Эту женщину звали Безделушка. Про нее говорили, что когда-то она была дамой света, что у нее были выезд, особняк, слуги. Свою жизнь она закончила певичкой в летних кафе и гадалкой на картах в некоем заведении на улице Дуэ. Жемчужная Кора была вынуждена покинуть свой особняк на улице Бассано и закончить свои дни в мансарде, брошенная всеми, кроме Эжени, старой кокотки, которая каждый вечер отправлялась стучаться в двери бывших любовников Коры, надеясь выпросить несколько су. Леониду Леблан выставили из особняка на бульваре Малезерб, она спряталась от мира в крошечной квартирке, уставленной ветхой мебелью, где и умерла от рака. Нана умерла от оспы в номере одного парижского отеля. Безобразная, немытая, она была просто грудой вонючей плоти, бесформенной массой, падалью, которой питается Зло. Что ж, Добродетель в самом деле могла торжествовать, общественная мораль была спасена, разврат наказан. Нана заплатила своей жизнью за порчу, от которой не пожелала избавиться. Всю свою жизнь она только и делала, что губила других, смешивала других с грязью, и вот она сама погибла, утонула в грязи, задохнулась в вони, которую сама же испускала. "Венера разлагалась. Казалось, что тот вирус, который она вынесла из сточных канав, этот

яд, которым она травила всех, кто знал ее, вернулся к ней, поразил ее лицо и уничтожил ее". На улице — война, в доме — смерть. На улицах бунтует народ, в ее комнате тишина. Смерть приходит к куртизанке, как ко всякому живому существу, но не может уничтожить последствия греха, пороков и чувственных, половых и общественных извращений, которые умирающая принесла когда-то в мир. Она — плесень на обществе, и поэтому после ее смерти в воздухе остаются споры — споры свободы, которой она когда-то обладала; они разносятся после ее смерти, проникая в общество через все щелки, какие только могут найти в его броне.

Приемы

В семидесятые годы XIX века масштабы распространения феномена женщины-содержанки значительно уменьшились.
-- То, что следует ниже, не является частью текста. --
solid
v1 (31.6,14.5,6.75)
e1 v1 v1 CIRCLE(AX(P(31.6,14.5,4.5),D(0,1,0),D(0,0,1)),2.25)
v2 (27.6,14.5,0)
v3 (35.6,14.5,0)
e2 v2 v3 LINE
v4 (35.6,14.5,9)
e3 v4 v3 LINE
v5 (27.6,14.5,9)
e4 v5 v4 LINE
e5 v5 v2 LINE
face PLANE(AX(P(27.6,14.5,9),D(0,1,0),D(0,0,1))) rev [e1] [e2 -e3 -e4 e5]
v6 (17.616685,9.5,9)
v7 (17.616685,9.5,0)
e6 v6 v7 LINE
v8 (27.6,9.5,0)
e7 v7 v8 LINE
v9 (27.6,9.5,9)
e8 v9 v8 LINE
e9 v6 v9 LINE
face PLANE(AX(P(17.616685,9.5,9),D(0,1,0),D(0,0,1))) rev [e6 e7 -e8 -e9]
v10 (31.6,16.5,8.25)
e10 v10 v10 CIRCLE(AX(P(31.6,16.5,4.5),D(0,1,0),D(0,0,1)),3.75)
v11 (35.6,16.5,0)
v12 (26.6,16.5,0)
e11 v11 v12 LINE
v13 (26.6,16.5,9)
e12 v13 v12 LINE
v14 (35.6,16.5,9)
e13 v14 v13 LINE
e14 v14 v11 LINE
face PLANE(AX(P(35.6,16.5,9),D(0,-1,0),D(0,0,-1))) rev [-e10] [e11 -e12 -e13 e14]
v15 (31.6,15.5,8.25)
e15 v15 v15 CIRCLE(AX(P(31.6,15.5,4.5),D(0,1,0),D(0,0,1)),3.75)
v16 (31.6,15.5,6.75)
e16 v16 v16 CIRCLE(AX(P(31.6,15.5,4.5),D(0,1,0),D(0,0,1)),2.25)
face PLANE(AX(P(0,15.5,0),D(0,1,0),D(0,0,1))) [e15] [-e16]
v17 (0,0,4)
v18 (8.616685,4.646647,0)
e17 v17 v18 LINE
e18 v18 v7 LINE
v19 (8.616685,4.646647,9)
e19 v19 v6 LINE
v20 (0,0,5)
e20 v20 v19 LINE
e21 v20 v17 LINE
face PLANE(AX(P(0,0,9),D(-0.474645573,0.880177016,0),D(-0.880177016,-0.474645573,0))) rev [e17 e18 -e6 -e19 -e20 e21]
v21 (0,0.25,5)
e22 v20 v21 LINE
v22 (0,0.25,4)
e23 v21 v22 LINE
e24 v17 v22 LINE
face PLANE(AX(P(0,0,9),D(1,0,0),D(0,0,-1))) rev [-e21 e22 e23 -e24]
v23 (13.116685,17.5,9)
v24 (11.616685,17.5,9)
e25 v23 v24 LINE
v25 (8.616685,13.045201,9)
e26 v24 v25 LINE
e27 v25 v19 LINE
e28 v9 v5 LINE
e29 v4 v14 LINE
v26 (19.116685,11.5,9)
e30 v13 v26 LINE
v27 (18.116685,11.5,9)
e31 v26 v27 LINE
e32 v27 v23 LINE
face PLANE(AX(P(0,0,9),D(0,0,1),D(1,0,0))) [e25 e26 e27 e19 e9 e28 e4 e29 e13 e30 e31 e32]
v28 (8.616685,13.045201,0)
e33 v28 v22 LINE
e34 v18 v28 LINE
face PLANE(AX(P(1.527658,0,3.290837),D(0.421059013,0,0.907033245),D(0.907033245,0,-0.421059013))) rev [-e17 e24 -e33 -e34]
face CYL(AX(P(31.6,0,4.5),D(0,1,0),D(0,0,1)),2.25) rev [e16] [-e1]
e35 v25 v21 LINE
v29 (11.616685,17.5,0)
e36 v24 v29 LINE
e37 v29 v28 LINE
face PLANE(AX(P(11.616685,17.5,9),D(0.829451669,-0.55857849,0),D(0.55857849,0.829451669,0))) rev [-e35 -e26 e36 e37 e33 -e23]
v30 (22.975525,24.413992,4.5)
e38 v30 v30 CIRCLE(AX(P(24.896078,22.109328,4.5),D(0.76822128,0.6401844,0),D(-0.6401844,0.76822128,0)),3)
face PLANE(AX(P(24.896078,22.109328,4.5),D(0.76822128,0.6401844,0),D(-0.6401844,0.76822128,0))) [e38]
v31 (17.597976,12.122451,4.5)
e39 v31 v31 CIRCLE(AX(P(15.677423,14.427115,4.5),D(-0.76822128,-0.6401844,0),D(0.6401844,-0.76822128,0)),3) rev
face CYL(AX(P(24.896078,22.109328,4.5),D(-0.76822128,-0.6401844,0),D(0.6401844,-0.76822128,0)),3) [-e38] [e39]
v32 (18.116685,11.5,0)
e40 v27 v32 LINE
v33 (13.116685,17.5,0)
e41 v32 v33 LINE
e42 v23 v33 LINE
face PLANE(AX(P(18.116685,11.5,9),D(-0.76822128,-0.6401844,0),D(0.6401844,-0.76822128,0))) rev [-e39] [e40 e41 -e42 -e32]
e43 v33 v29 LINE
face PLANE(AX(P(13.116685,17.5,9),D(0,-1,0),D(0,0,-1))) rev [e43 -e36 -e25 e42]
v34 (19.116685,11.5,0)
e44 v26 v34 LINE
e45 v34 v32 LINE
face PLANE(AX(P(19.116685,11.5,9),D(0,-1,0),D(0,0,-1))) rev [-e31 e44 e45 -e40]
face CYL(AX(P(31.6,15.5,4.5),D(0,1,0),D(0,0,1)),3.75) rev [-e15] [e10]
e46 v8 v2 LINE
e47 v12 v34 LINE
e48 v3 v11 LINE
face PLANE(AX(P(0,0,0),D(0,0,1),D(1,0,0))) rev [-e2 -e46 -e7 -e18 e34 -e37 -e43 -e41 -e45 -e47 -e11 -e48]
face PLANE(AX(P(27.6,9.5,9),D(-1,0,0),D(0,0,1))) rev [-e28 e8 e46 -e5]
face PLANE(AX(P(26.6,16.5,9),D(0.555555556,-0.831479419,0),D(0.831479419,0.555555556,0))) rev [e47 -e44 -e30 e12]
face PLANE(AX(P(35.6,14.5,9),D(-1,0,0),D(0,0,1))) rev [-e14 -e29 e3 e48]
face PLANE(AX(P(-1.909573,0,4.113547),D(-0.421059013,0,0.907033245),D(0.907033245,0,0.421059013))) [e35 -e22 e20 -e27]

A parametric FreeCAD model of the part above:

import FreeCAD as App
import Part
import Sketcher

doc = App.newDocument("Part")
body = doc.addObject("PartDesign::Body", "Body")

# Sketch on XY plane
sketch1 = body.newObject("Sketcher::SketchObject", "Sketch")
sketch1.AttachmentSupport = (doc.getObject("XY_Plane"), [""])
sketch1.MapMode = "FlatFace"
sketch1.addGeometry([
    Part.LineSegment(App.Vector(0, 0, 0), App.Vector(17.62, 9.5, 0)),  # 0
    Part.LineSegment(App.Vector(17.62, 9.5, 0), App.Vector(27.6, 9.5, 0)),  # 1
    Part.LineSegment(App.Vector(27.6, 9.5, 0), App.Vector(27.6, 14.5, 0)),  # 2
    Part.LineSegment(App.Vector(27.6, 14.5, 0), App.Vector(35.6, 14.5, 0)),  # 3
    Part.LineSegment(App.Vector(35.6, 14.5, 0), App.Vector(35.6, 16.5, 0)),  # 4
    Part.LineSegment(App.Vector(35.6, 16.5, 0), App.Vector(26.6, 16.5, 0)),  # 5
    Part.LineSegment(App.Vector(26.6, 16.5, 0), App.Vector(19.12, 11.5, 0)),  # 6
    Part.LineSegment(App.Vector(19.12, 11.5, 0), App.Vector(18.12, 11.5, 0)),  # 7
    Part.LineSegment(App.Vector(18.12, 11.5, 0), App.Vector(13.12, 17.5, 0)),  # 8
    Part.LineSegment(App.Vector(13.12, 17.5, 0), App.Vector(11.62, 17.5, 0)),  # 9
    Part.LineSegment(App.Vector(11.62, 17.5, 0), App.Vector(0, 0.25, 0)),  # 10
    Part.LineSegment(App.Vector(0, 0.25, 0), App.Vector(0, 0, 0)),  # 11
], False)
sketch1.addConstraint([
    Sketcher.Constraint("Coincident", 0, 2, 1, 1),
    Sketcher.Constraint("Coincident", 1, 2, 2, 1),
    Sketcher.Constraint("Coincident", 2, 2, 3, 1),
    Sketcher.Constraint("Coincident", 3, 2, 4, 1),
    Sketcher.Constraint("Coincident", 4, 2, 5, 1),
    Sketcher.Constraint("Coincident", 5, 2, 6, 1),
    Sketcher.Constraint("Coincident", 6, 2, 7, 1),
    Sketcher.Constraint("Coincident", 7, 2, 8, 1),
    Sketcher.Constraint("Coincident", 8, 2, 9, 1),
    Sketcher.Constraint("Coincident", 9, 2, 10, 1),
    Sketcher.Constraint("Coincident", 10, 2, 11, 1),
    Sketcher.Constraint("Coincident", 11, 2, 0, 1),
    Sketcher.Constraint("Horizontal", 1),
    Sketcher.Constraint("Vertical", 2),
    Sketcher.Constraint("Horizontal", 3),
    Sketcher.Constraint("Vertical", 4),
    Sketcher.Constraint("Horizontal", 5),
    Sketcher.Constraint("Horizontal", 7),
    Sketcher.Constraint("Horizontal", 9),
    Sketcher.Constraint("Vertical", 11),
    Sketcher.Constraint("Coincident", 11, 2, -1, 1),
    Sketcher.Constraint("DistanceX", 3, 1, 3, 2, 8.0),
    Sketcher.Constraint("DistanceX", 5, 2, 5, 1, 9.0),
    Sketcher.Constraint("DistanceX", 7, 2, 7, 1, 1.0),
    Sketcher.Constraint("DistanceY", 2, 1, 2, 2, 5.0),
    Sketcher.Constraint("DistanceY", 4, 1, 4, 2, 2.0),
    Sketcher.Constraint("Distance", 6, 9.0),
    Sketcher.Constraint("DistanceX", 9, 2, 9, 1, 1.5),
    Sketcher.Constraint("DistanceY", 0, 2, 6, 2, 2.0),
    Sketcher.Constraint("DistanceX", 8, 2, 7, 2, 5.0),
    Sketcher.Constraint("DistanceY", 7, 2, 8, 2, 6.0),
    Sketcher.Constraint("DistanceX", 9, 2, 0, 2, 6.0),
    Sketcher.Constraint("DistanceY", 11, 2, 11, 1, 0.25),
    Sketcher.Constraint("DistanceY", -1, 1, 0, 2, 9.5),
    Sketcher.Constraint("DistanceX", -1, 1, 1, 2, 27.6),
])
pad1 = body.newObject("PartDesign::Pad", "Pad")
pad1.Profile = sketch1
pad1.Length = 9

# Sketch on XZ plane
sketch2 = body.newObject("Sketcher::SketchObject", "Sketch001")
sketch2.AttachmentSupport = (doc.getObject("XZ_Plane"), [""])
sketch2.MapMode = "FlatFace"
sketch2.AttachmentOffset = App.Placement(App.Vector(0, 0, -16.5), App.Rotation())
sketch2.addGeometry([
    Part.Circle(App.Vector(31.6, 4.5, 0), App.Vector(0, 0, 1), 2.2),  # 0
    Part.LineSegment(App.Vector(0, 0, 0), App.Vector(0, 4, 0)),  # 1
    Part.LineSegment(App.Vector(0, 4, 0), App.Vector(8.6, 0, 0)),  # 2
    Part.LineSegment(App.Vector(8.6, 0, 0), App.Vector(0, 0, 0)),  # 3
    Part.LineSegment(App.Vector(8.6, 9, 0), App.Vector(0, 5, 0)),  # 4
    Part.LineSegment(App.Vector(0, 5, 0), App.Vector(0, 9, 0)),  # 5
    Part.LineSegment(App.Vector(0, 9, 0), App.Vector(8.6, 9, 0)),  # 6
], False)
sketch2.addConstraint([
    Sketcher.Constraint("Coincident", 1, 2, 2, 1),
    Sketcher.Constraint("Coincident", 2, 2, 3, 1),
    Sketcher.Constraint("Coincident", 3, 2, 1, 1),
    Sketcher.Constraint("Coincident", 4, 2, 5, 1),
    Sketcher.Constraint("Coincident", 5, 2, 6, 1),
    Sketcher.Constraint("Coincident", 6, 2, 4, 1),
    Sketcher.Constraint("Vertical", 1),
    Sketcher.Constraint("Horizontal", 3),
    Sketcher.Constraint("Vertical", 5),
    Sketcher.Constraint("Horizontal", 6),
    Sketcher.Constraint("Coincident", 3, 2, -1, 1),
    Sketcher.Constraint("PointOnObject", 4, 2, -2),
    Sketcher.Constraint("Vertical", 2, 2, 6, 2),
    Sketcher.Constraint("Equal", 1, 5),
    Sketcher.Constraint("Diameter", 0, 4.5),
    Sketcher.Constraint("DistanceY", 1, 1, 1, 2, 4.0),
    Sketcher.Constraint("DistanceY", -1, 1, 4, 2, 5.0),
    Sketcher.Constraint("DistanceX", -1, 1, 0, 3, 31.6),
    Sketcher.Constraint("DistanceY", -1, 1, 0, 3, 4.5),
    Sketcher.Constraint("DistanceX", 3, 2, 3, 1, 8.616685),
])
pocket1 = body.newObject("PartDesign::Pocket", "Pocket")
pocket1.Profile = sketch2
pocket1.Length = 16.5
pocket1.Reversed = True

# Sketch on XZ plane
sketch3 = body.newObject("Sketcher::SketchObject", "Sketch002")
sketch3.AttachmentSupport = (doc.getObject("XZ_Plane"), [""])
sketch3.MapMode = "FlatFace"
sketch3.AttachmentOffset = App.Placement(App.Vector(0, 0, -16.5), App.Rotation())
sketch3.addGeometry([
    Part.Circle(App.Vector(31.6, 4.5, 0), App.Vector(0, 0, 1), 3.8),
    Part.Circle(App.Vector(31.6, 4.5, 0), App.Vector(0, 0, 1), 2.2),
], False)
sketch3.addConstraint([
    Sketcher.Constraint("Coincident", 1, 3, 0, 3),
    Sketcher.Constraint("Diameter", 0, 7.5),
    Sketcher.Constraint("Diameter", 1, 4.5),
    Sketcher.Constraint("DistanceX", -1, 1, 0, 3, 31.6),
    Sketcher.Constraint("DistanceY", -1, 1, 0, 3, 4.5),
])
pocket2 = body.newObject("PartDesign::Pocket", "Pocket001")
pocket2.Profile = sketch3
pocket2.Length = 1
pocket2.Reversed = True

# Sketch on an angled plane
sketch4 = body.newObject("Sketcher::SketchObject", "Sketch003")
sketch4.Placement = App.Placement(App.Vector(16.347552, 13.62296, 0), App.Rotation(App.Vector(0, 0, -1), App.Vector(-0.6401844, 0.76822128, 0), App.Vector(0.76822128, 0.6401844, 0), "ZXY"))
sketch4.addGeometry(Part.Circle(App.Vector(-4.5, 1, 0), App.Vector(0, 0, 1), 3), False)
sketch4.addConstraint([
    Sketcher.Constraint("Diameter", 0, 6.0),
    Sketcher.Constraint("DistanceX", 0, 3, -1, 1, 4.5),
    Sketcher.Constraint("DistanceY", -1, 1, 0, 3, 1.046775),
])
pad2 = body.newObject("PartDesign::Pad", "Pad001")
pad2.Profile = sketch4
pad2.Length = 12

doc.recompute()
Изменились нравы, капитализм изменил экономику. Состояния нуворишей были не менее значительны, чем состояния аристократов прошлых лет, но тем не менее они не были готовы дать обобрать себя как липку каким-то бабам, которые почему-то хотят вести все более и более роскошный образ жизни. А после поражения Франции в войне 1871 года куртизанки и вовсе перешли в другую социальную категорию. От них потребовали быть более скромными, менее взбалмошными и не претендовать более на ту роль, которую отвела себе буржуазия. Конечно, к ним все равно ходят и покупают у них удовольствия, но это делают, так сказать, частным порядком в специальных домах для приемов. Законодательницы вкуса и моды, "возмутительницы общественного спокойствия" стали просто очень образованными проститутками; отныне это были женщины, которые, как удачно выразились братья Гонкуры, «выросли в провинции и не смогли избавиться от впитанной с молоком матери психологии прислуги, так что они без тени неудобства обращаются к человеку, с которым проводят ночи, "уважаемый господин граф"» (Дневник, 5 декабря 1891 года). Куртизанок больше нет, они влились в огромную армию проституток. После очередного визита к ля Барруччи Жюль Гонкур с горечью делает в своем дневнике следующую запись (8 ноября 1863 года): "Вот несколько куртизанок высокого полета, которых мне довелось знать. Ни одна из них, с моей точки зрения, не выделяется из общего класса проституток. Они не могут вам дать ничего такого, чего вы не сможете теперь получить от женщины в борделе. Выезжают они в свет или не выезжают, они, мне кажется, хорошо это понимают. Я думаю, что куртизанок больше нет, что те, кто еще остается, просто публичные девки".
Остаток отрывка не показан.